FolksInsight.com - Kementerian Pekerjaan Umum (PU) terus bergerak cepat menangani kerusakan infrastruktur pascagempa bumi yang mengguncang Nusa Tenggara Timur (NTT) pada Sabtu, 15 Agustus 2026. Dalam sepekan terakhir, tim Kementerian PU berhasil mengidentifikasi dan memperbaiki 34 titik longsor serta 9 jembatan yang rusak akibat bencana tersebut.

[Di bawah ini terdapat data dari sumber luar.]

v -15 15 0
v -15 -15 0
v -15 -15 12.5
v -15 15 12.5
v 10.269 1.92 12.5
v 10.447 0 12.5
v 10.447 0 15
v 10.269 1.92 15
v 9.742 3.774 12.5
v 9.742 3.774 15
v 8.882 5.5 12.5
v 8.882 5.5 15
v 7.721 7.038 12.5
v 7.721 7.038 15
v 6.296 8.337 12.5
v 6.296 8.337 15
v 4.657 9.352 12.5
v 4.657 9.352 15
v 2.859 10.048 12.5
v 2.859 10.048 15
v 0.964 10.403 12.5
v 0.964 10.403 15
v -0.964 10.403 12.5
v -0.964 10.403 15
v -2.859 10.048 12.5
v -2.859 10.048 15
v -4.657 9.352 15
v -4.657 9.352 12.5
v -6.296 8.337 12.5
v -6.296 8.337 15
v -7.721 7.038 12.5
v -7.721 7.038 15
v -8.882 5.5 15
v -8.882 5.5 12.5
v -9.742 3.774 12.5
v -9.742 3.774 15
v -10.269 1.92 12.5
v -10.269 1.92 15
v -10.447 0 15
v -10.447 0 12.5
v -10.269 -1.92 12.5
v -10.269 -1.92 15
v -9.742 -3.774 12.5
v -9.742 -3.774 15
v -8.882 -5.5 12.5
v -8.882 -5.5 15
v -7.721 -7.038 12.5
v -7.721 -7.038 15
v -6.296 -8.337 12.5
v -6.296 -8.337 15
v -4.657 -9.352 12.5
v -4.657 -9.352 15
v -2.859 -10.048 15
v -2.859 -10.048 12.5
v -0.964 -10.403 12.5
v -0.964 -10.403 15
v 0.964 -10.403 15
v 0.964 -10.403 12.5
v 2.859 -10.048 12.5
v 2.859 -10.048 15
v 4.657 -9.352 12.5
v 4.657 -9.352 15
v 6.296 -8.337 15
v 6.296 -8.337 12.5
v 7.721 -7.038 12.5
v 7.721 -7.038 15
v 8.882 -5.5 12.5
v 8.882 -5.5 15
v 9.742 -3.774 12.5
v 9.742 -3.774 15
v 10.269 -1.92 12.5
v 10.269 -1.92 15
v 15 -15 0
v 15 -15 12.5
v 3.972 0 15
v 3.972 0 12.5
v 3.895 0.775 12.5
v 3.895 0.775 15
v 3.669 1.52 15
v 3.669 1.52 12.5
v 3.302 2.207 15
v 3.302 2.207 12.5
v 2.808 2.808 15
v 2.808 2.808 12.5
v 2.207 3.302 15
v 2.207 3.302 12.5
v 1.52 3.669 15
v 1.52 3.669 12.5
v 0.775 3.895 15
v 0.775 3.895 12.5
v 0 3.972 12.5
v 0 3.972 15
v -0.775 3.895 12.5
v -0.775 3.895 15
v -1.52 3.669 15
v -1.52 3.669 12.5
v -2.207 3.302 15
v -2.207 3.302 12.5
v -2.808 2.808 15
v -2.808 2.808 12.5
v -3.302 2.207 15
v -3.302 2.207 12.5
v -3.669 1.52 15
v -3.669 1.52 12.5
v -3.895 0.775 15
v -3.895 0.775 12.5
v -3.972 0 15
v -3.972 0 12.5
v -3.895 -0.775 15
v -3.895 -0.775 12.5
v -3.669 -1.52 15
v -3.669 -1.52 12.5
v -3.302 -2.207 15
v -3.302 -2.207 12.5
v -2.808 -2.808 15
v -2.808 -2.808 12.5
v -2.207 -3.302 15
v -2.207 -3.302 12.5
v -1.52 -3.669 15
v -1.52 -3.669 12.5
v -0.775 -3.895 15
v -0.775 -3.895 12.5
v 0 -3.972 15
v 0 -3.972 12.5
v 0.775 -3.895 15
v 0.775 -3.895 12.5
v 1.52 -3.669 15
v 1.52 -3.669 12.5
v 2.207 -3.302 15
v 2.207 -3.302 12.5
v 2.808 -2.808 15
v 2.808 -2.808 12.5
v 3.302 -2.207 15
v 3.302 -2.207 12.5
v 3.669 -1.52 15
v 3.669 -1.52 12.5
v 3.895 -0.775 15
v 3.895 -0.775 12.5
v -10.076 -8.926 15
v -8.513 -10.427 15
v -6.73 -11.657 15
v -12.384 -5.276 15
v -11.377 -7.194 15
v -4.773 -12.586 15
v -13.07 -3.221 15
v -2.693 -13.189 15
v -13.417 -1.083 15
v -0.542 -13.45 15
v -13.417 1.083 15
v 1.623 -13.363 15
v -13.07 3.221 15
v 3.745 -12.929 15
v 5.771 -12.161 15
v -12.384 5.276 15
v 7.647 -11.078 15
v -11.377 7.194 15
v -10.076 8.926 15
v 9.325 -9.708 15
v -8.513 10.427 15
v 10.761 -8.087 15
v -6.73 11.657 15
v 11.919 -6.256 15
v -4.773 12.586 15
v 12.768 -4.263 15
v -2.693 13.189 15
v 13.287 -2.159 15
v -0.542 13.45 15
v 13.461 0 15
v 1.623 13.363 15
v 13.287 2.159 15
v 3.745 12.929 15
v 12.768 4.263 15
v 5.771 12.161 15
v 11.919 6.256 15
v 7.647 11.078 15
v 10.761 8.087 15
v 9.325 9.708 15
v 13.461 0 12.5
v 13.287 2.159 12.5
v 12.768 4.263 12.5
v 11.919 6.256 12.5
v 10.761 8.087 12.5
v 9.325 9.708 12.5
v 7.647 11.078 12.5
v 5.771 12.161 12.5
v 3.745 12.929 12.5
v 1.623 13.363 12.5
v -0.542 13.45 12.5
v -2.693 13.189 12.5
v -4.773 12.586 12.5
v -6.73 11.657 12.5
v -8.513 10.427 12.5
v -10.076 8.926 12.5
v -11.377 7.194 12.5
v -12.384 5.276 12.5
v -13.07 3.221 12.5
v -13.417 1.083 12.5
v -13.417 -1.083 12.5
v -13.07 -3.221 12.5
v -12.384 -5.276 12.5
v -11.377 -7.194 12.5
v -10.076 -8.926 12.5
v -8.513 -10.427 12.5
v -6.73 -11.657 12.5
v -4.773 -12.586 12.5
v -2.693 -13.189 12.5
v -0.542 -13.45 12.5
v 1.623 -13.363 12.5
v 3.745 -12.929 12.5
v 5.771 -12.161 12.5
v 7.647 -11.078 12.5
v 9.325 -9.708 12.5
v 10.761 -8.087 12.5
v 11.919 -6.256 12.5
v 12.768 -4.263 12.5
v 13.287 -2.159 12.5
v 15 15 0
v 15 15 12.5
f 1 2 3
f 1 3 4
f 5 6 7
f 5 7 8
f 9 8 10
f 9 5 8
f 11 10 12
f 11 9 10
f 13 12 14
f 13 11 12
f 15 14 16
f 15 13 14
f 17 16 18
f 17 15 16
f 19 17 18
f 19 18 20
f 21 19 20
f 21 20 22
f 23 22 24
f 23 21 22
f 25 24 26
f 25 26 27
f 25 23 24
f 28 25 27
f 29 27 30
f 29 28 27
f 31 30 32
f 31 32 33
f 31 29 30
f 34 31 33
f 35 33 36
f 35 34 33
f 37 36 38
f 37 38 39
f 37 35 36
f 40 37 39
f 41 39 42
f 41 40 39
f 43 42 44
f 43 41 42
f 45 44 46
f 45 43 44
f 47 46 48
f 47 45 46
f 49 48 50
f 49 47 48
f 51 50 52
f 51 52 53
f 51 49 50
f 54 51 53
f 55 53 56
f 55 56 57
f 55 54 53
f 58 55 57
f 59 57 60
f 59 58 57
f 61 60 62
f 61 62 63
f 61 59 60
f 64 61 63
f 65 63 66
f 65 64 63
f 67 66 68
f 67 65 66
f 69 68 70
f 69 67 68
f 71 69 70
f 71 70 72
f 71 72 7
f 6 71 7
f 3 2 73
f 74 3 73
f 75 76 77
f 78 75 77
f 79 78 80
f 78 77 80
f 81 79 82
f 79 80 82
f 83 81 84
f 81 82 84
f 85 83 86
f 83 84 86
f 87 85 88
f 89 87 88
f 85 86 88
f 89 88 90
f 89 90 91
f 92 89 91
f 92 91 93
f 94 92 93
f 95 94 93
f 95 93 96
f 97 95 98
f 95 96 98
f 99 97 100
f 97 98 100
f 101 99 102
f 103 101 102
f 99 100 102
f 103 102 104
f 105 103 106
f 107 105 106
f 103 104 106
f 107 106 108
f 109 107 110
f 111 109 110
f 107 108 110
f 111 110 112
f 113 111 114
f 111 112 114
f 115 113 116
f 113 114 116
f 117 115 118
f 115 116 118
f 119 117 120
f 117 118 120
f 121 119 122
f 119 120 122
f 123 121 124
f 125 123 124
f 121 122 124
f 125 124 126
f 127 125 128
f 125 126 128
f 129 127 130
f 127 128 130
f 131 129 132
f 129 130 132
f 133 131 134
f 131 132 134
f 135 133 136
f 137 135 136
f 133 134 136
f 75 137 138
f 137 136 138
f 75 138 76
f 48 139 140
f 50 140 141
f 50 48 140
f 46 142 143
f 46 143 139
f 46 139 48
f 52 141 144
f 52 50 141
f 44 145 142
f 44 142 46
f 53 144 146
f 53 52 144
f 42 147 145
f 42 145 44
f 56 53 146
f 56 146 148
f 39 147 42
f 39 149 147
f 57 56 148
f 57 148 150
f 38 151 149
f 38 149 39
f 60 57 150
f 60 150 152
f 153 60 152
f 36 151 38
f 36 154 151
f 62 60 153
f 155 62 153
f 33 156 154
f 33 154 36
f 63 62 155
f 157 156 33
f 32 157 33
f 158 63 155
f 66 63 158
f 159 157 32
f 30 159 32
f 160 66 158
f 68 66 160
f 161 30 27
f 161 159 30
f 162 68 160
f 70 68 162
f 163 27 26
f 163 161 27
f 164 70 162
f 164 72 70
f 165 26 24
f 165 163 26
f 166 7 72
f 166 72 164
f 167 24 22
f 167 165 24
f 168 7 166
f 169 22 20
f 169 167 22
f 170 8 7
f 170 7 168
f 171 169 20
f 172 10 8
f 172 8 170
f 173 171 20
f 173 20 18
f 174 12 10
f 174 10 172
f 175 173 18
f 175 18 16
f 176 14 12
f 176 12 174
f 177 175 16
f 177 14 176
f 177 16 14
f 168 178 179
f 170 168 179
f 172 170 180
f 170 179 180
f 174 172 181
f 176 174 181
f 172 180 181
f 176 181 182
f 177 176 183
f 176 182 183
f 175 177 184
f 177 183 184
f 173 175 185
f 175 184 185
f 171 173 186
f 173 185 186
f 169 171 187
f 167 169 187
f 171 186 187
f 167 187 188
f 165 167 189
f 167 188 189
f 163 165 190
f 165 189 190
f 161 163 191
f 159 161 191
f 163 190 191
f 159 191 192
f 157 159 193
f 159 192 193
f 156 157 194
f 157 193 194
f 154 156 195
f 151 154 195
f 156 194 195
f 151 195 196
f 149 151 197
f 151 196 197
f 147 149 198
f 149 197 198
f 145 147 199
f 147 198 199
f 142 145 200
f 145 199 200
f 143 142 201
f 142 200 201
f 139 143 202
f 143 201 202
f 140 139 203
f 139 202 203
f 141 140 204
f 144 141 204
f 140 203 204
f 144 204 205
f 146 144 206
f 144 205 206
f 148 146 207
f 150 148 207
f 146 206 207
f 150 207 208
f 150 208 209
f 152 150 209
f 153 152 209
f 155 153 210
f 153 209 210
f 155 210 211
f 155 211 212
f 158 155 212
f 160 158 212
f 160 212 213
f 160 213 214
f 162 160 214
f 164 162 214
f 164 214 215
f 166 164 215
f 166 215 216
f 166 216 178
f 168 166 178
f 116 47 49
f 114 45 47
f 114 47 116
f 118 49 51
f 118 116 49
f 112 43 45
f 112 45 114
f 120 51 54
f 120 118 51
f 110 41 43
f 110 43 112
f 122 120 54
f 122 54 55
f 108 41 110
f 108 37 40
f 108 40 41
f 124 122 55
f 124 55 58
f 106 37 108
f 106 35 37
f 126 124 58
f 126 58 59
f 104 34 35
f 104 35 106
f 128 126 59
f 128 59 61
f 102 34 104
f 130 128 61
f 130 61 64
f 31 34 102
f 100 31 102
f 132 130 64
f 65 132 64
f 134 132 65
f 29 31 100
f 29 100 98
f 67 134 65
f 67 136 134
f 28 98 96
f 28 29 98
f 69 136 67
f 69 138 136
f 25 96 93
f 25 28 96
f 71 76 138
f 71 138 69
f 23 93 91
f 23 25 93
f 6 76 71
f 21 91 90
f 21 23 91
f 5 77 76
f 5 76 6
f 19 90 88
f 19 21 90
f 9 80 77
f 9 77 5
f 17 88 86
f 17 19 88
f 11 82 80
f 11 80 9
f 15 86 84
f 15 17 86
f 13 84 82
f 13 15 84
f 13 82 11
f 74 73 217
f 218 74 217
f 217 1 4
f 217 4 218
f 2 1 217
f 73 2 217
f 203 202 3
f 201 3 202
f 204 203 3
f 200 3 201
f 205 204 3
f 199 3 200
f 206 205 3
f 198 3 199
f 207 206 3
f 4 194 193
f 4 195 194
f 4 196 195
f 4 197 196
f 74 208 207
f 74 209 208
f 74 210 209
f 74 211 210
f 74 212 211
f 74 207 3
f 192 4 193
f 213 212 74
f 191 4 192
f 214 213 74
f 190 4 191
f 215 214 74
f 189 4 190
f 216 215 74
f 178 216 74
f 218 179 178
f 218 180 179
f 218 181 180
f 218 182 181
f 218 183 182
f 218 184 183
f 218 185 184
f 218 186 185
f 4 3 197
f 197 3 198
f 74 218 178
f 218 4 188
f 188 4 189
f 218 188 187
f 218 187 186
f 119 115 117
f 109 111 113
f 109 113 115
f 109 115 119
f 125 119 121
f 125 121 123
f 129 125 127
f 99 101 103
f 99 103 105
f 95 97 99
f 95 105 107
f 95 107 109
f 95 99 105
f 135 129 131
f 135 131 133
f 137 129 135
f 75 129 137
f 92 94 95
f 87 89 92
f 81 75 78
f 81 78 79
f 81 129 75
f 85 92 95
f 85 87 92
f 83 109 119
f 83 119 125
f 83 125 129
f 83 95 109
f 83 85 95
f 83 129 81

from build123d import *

# Parameters (mm, degrees)
F0_W     = 30
F0_H     = 30
F1_DEPTH = 12.5
F3_R     = 13.460872
F3_R_2   = 10.447171
F4_DEPTH = 2.5
F2_R     = 3.97173
F5_DEPTH = 2.5


with BuildPart() as f1:
    # F0 (on Top) → F1 (new body)
    with BuildSketch(Plane.XY):
        Rectangle(F0_W, F0_H)
    extrude(amount=F1_DEPTH)

    # F3 (on face) → F4 (join)
    with BuildSketch(Plane.XY.offset(12.5)):
        Circle(F3_R)
        Circle(F3_R_2, mode=Mode.SUBTRACT)
    extrude(amount=F4_DEPTH)

    # F2 (on face) → F5 (join)
    with BuildSketch(Plane.XY.offset(12.5)):
        Circle(F2_R)
    extrude(amount=F5_DEPTH)


solid = f1.part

Menteri PU Dody Hanggodo menyatakan bahwa timnya telah memeriksa puluhan titik longsoran dan jembatan di sejumlah ruas jalan nasional. Kerusakan terkonsentrasi di beberapa ruas jalan di Pulau Flores, antara lain ruas Ruteng-Reo-Kedindi, ruas Ruteng-Km 210, Km 210-Batas Kabupaten Manggarai, serta sejumlah ruas di wilayah Ende. Perbaikan difokuskan untuk memulihkan aksesibilitas dan kelancaran distribusi logistik di daerah terdampak.
Langkah Kementerian PU ini menjadi prioritas mengingat infrastruktur jalan dan jembatan merupakan jalur vital bagi perekonomian masyarakat NTT. Dengan diperbaikinya titik-titik longsor dan jembatan, diharapkan aktivitas ekonomi, distribusi barang, dan mobilitas warga dapat segera berjalan normal kembali. Proses perbaikan terus dilakukan secara bertahap dengan memprioritaskan ruas-ruas yang paling kritis.
Upaya pemulihan infrastruktur ini merupakan bagian dari respons cepat pemerintah dalam memulihkan kondisi pascabencana. Kementerian PU berkomitmen untuk memastikan seluruh kerusakan infrastruktur akibat gempa dapat ditangani dengan optimal, sehingga dampak ekonomi dan sosial bagi masyarakat NTT dapat diminimalisir.